┌─ Provided information

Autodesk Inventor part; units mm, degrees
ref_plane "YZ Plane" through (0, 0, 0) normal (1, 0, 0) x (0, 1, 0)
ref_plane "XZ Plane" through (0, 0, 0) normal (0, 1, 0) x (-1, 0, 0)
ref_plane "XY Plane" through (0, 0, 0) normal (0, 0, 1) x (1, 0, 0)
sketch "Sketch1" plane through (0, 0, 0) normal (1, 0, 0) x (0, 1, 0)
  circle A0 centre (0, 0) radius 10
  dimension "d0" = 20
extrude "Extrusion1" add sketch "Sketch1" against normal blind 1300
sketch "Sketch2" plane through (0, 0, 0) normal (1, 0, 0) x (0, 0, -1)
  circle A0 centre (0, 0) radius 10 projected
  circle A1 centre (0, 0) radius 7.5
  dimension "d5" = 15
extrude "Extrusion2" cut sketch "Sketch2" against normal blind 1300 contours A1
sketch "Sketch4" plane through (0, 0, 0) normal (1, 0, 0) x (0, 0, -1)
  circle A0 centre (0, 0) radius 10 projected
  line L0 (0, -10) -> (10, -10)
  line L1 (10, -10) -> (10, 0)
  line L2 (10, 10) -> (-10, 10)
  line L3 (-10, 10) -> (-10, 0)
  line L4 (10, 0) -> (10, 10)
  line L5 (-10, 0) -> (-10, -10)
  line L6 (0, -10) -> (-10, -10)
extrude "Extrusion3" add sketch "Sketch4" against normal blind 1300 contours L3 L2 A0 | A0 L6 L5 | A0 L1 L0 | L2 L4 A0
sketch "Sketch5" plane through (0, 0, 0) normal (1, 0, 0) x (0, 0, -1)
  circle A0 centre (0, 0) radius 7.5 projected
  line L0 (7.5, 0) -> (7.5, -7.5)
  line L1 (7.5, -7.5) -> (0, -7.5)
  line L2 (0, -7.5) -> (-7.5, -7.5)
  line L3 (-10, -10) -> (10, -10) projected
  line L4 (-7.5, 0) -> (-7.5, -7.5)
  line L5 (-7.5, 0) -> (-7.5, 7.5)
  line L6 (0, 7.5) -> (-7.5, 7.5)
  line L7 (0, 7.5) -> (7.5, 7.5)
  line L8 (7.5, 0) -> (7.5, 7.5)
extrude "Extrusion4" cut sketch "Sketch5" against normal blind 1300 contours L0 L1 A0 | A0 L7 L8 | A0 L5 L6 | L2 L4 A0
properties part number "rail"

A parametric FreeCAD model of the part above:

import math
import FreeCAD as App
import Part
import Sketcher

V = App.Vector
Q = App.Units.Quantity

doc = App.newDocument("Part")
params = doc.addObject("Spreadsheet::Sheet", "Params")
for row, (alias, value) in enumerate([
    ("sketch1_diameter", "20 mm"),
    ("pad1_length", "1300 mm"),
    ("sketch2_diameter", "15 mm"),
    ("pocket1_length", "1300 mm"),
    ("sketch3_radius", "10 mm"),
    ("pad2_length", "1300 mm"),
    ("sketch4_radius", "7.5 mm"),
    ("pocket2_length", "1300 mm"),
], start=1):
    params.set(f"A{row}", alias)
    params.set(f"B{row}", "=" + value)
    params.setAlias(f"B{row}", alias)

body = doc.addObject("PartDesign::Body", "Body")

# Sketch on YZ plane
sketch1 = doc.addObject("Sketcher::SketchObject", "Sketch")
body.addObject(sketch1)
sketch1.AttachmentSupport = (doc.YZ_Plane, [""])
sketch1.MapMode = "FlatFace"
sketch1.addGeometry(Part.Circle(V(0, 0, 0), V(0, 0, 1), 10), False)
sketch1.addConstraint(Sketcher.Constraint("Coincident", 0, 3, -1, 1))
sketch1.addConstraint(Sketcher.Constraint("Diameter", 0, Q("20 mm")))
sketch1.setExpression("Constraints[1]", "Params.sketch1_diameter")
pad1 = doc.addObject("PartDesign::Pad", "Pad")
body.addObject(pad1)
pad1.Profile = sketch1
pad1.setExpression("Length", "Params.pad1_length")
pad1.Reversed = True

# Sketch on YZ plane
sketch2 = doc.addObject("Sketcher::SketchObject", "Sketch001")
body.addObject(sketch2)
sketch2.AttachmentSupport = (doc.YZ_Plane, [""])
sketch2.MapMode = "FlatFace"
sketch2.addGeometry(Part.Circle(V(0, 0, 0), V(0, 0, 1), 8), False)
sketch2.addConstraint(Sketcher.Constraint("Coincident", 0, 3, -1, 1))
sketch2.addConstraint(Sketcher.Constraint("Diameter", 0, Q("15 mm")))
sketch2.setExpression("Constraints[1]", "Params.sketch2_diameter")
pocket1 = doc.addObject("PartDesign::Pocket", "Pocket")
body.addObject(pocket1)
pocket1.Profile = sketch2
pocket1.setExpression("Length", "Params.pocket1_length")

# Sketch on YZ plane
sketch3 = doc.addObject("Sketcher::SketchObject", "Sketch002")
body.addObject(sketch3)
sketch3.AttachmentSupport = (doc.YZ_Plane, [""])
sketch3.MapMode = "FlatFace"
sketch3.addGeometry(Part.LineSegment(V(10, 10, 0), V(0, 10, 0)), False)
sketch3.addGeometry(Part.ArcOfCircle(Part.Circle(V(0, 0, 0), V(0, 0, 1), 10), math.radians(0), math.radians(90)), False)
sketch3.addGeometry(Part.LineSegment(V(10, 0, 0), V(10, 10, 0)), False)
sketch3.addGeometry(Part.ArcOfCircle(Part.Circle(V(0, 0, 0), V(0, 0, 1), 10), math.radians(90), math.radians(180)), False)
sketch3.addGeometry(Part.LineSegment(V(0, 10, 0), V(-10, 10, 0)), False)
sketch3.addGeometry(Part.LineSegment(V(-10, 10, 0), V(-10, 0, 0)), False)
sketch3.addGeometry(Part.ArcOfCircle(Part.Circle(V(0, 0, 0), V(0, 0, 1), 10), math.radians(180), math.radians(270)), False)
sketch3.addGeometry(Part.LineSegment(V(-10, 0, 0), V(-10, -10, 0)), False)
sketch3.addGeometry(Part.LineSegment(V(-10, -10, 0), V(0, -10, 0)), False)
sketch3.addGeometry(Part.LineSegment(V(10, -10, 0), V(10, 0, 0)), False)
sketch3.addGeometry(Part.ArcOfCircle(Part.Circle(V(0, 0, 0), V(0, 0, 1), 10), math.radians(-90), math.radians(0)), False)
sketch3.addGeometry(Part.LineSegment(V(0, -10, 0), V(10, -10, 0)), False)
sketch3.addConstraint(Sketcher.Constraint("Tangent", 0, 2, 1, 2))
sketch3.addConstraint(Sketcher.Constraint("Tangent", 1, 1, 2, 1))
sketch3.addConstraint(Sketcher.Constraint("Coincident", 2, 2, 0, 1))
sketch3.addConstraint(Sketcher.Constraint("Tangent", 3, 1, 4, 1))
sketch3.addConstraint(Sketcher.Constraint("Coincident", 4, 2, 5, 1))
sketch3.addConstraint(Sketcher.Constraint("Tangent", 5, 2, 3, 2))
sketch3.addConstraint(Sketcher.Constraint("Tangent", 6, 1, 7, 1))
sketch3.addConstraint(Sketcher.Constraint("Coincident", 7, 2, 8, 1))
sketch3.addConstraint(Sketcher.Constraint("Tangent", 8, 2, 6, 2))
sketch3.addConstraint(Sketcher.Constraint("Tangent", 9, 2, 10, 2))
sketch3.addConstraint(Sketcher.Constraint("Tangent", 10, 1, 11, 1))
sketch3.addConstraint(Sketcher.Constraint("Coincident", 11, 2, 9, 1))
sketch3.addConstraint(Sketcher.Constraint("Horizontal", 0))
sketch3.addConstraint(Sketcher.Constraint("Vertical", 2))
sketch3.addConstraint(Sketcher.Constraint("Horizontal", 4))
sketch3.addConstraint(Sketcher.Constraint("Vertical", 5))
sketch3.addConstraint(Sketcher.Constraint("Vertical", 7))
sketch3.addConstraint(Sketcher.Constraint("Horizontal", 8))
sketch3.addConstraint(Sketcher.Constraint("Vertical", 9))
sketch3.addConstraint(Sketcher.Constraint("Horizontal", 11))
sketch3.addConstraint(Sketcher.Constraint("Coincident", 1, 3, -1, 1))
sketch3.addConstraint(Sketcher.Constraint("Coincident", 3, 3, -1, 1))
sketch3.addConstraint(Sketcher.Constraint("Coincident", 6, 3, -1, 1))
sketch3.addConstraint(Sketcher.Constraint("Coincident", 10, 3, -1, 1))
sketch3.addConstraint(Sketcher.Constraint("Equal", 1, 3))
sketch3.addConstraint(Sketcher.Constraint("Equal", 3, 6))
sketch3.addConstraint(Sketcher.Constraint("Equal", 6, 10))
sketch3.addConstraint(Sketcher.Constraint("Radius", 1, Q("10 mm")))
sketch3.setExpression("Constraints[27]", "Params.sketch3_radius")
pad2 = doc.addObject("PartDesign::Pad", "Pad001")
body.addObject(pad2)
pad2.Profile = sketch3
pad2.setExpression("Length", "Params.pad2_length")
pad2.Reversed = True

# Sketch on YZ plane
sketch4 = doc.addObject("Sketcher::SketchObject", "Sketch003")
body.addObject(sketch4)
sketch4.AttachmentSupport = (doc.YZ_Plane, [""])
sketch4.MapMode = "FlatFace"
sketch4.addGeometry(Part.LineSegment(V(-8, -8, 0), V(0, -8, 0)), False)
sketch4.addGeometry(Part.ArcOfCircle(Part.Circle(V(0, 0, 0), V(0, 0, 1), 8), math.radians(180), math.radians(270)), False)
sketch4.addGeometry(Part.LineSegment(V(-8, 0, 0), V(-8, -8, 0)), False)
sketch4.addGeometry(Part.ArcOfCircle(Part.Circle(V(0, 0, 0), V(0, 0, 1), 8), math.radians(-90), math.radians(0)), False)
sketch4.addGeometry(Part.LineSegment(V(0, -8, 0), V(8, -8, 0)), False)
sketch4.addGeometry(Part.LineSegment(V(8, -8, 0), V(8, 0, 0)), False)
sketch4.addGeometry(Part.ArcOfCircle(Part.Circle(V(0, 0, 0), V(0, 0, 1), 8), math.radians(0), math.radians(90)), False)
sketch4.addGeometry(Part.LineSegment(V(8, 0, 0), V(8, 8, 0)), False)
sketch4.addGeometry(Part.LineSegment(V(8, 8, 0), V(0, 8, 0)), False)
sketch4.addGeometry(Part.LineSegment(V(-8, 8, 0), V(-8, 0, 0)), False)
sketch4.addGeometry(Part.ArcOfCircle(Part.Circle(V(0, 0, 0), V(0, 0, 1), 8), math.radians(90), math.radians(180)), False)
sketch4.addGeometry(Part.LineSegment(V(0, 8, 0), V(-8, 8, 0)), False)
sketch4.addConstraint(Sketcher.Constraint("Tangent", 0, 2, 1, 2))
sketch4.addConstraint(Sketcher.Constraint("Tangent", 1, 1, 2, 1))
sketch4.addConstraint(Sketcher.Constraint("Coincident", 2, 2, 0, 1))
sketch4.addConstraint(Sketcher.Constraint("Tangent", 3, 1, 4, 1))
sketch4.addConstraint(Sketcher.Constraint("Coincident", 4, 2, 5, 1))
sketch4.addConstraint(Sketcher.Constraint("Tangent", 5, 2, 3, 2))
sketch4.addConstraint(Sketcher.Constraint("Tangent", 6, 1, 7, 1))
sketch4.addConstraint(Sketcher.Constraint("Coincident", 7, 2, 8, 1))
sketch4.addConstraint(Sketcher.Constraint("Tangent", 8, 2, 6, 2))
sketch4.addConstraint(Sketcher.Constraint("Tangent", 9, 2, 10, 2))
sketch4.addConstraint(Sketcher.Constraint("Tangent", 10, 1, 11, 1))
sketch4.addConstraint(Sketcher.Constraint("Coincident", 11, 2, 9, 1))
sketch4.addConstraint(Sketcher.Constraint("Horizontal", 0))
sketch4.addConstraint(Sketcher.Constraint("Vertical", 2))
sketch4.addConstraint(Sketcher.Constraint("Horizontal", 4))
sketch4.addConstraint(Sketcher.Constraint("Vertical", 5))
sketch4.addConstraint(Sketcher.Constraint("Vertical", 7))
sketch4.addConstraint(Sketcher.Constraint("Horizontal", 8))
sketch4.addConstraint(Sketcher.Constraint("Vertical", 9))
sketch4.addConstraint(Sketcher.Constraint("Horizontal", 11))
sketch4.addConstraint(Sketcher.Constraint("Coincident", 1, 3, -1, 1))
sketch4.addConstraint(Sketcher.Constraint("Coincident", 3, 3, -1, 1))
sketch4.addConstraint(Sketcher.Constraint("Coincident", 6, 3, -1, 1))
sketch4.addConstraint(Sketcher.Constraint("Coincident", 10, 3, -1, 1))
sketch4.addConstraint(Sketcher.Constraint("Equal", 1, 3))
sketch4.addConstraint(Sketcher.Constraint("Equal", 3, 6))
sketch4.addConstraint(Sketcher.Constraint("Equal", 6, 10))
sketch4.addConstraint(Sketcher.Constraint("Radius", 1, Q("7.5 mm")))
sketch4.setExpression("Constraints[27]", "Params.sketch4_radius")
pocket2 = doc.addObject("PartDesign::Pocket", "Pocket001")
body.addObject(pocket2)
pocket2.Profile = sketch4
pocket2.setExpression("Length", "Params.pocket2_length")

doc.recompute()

└─

» **Exercise goal**
Looking back over the data above, restate word for word the lines that begin at the line with "L0 | L2 L4 A0" and end at the line with "line L3 (-10, -10) -> (10, -10) projected", inclusive.

» **Result of the exercise**
extrude "Extrusion3" add sketch "Sketch4" against normal blind 1300 contours L3 L2 A0 | A0 L6 L5 | A0 L1 L0 | L2 L4 A0
sketch "Sketch5" plane through (0, 0, 0) normal (1, 0, 0) x (0, 0, -1)
  circle A0 centre (0, 0) radius 7.5 projected
  line L0 (7.5, 0) -> (7.5, -7.5)
  line L1 (7.5, -7.5) -> (0, -7.5)
  line L2 (0, -7.5) -> (-7.5, -7.5)
  line L3 (-10, -10) -> (10, -10) projected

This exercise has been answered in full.